►

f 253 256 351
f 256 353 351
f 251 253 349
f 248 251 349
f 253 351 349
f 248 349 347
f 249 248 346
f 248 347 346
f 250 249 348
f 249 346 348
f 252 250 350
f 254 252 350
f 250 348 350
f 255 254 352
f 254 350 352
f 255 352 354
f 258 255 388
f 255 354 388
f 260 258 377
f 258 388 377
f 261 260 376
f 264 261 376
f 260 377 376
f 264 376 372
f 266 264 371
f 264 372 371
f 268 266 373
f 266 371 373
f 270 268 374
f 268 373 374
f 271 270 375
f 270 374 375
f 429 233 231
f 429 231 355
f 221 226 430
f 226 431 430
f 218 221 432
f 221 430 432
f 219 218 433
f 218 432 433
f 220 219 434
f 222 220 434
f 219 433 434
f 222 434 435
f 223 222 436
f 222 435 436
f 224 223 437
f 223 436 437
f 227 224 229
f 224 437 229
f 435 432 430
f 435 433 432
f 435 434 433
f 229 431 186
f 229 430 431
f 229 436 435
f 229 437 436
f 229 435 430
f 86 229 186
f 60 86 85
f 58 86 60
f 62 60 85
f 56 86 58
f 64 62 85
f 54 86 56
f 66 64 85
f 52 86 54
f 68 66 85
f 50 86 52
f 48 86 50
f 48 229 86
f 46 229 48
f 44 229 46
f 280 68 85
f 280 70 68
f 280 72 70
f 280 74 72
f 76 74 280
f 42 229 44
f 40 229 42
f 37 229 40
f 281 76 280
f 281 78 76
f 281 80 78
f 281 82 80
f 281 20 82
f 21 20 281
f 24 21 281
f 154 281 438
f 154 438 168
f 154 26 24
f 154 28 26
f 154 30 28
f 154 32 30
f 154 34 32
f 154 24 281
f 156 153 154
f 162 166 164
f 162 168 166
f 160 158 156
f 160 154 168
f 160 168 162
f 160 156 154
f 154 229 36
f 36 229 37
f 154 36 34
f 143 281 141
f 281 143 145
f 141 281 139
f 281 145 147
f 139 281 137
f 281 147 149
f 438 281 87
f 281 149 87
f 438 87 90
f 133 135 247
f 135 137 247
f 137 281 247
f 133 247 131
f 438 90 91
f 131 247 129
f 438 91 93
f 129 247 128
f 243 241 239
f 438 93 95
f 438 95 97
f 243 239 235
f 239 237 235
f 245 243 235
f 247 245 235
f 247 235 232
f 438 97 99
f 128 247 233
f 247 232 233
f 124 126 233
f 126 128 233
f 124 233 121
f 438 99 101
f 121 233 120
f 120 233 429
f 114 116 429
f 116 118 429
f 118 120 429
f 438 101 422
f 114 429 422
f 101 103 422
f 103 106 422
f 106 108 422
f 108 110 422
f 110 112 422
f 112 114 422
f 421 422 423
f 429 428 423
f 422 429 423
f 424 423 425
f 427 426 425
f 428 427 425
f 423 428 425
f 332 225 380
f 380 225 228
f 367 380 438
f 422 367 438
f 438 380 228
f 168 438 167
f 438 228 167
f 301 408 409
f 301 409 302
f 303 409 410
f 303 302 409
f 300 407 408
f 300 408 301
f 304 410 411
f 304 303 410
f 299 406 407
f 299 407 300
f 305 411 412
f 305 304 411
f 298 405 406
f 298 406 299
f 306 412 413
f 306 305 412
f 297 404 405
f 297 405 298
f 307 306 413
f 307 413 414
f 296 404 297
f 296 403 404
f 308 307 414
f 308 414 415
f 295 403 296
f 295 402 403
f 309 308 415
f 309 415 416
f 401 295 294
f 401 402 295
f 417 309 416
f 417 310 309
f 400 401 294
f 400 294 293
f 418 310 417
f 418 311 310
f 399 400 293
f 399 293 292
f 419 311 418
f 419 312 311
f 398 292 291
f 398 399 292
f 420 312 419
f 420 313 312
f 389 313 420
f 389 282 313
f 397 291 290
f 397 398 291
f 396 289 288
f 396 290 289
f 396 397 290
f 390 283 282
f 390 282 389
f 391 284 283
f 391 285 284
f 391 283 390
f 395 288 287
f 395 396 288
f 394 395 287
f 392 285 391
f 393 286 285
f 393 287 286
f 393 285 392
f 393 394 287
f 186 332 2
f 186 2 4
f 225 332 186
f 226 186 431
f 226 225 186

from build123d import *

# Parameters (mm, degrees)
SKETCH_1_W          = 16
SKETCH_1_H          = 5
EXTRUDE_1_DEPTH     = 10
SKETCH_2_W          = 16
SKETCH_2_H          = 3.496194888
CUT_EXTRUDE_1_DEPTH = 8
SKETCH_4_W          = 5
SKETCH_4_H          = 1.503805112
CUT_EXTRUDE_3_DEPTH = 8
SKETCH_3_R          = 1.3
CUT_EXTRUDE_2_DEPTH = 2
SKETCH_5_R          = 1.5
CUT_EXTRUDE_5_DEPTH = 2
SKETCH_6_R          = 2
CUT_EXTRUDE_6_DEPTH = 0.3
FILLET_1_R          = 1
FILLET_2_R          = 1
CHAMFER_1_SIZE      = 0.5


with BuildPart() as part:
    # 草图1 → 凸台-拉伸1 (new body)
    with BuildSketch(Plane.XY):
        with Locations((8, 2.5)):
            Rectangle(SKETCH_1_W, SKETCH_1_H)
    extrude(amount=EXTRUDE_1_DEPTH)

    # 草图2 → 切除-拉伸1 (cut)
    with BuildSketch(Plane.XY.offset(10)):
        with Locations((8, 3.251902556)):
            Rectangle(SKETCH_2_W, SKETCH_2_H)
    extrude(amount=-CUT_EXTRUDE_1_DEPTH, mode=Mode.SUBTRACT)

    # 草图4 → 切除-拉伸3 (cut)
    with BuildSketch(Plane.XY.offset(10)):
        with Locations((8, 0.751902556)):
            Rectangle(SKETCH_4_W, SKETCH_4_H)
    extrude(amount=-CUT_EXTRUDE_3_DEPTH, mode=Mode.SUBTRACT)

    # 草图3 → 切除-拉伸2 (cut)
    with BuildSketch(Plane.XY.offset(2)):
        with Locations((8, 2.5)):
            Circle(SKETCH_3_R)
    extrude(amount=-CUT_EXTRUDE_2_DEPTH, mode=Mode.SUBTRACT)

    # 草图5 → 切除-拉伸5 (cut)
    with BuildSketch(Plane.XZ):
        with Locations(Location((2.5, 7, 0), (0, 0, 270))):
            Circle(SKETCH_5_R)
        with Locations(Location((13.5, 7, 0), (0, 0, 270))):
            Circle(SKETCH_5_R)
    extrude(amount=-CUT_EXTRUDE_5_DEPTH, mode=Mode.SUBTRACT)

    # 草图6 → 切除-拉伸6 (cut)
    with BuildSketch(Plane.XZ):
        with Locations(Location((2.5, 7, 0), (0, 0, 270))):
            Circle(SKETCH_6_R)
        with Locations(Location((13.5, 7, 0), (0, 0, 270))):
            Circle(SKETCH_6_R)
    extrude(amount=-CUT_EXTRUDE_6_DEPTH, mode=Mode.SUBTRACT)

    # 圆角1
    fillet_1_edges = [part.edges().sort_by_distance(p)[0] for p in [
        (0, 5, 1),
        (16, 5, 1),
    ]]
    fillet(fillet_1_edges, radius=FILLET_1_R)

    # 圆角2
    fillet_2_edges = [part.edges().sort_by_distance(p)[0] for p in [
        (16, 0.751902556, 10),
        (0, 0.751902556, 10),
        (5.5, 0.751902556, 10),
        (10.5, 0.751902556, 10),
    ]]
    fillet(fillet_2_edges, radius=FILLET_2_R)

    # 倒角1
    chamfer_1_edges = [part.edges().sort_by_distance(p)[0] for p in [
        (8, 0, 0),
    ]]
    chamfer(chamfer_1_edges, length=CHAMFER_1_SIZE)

◄

## Aim of the exercise
Restate word for word the lines of the data above, starting at the line containing "f 422 367 438" and ending at the line containing "f 309 308 415", both included, and nothing more.

## Answer section
f 422 367 438
f 438 380 228
f 168 438 167
f 438 228 167
f 301 408 409
f 301 409 302
f 303 409 410
f 303 302 409
f 300 407 408
f 300 408 301
f 304 410 411
f 304 303 410
f 299 406 407
f 299 407 300
f 305 411 412
f 305 304 411
f 298 405 406
f 298 406 299
f 306 412 413
f 306 305 412
f 297 404 405
f 297 405 298
f 307 306 413
f 307 413 414
f 296 404 297
f 296 403 404
f 308 307 414
f 308 414 415
f 295 403 296
f 295 402 403
f 309 308 415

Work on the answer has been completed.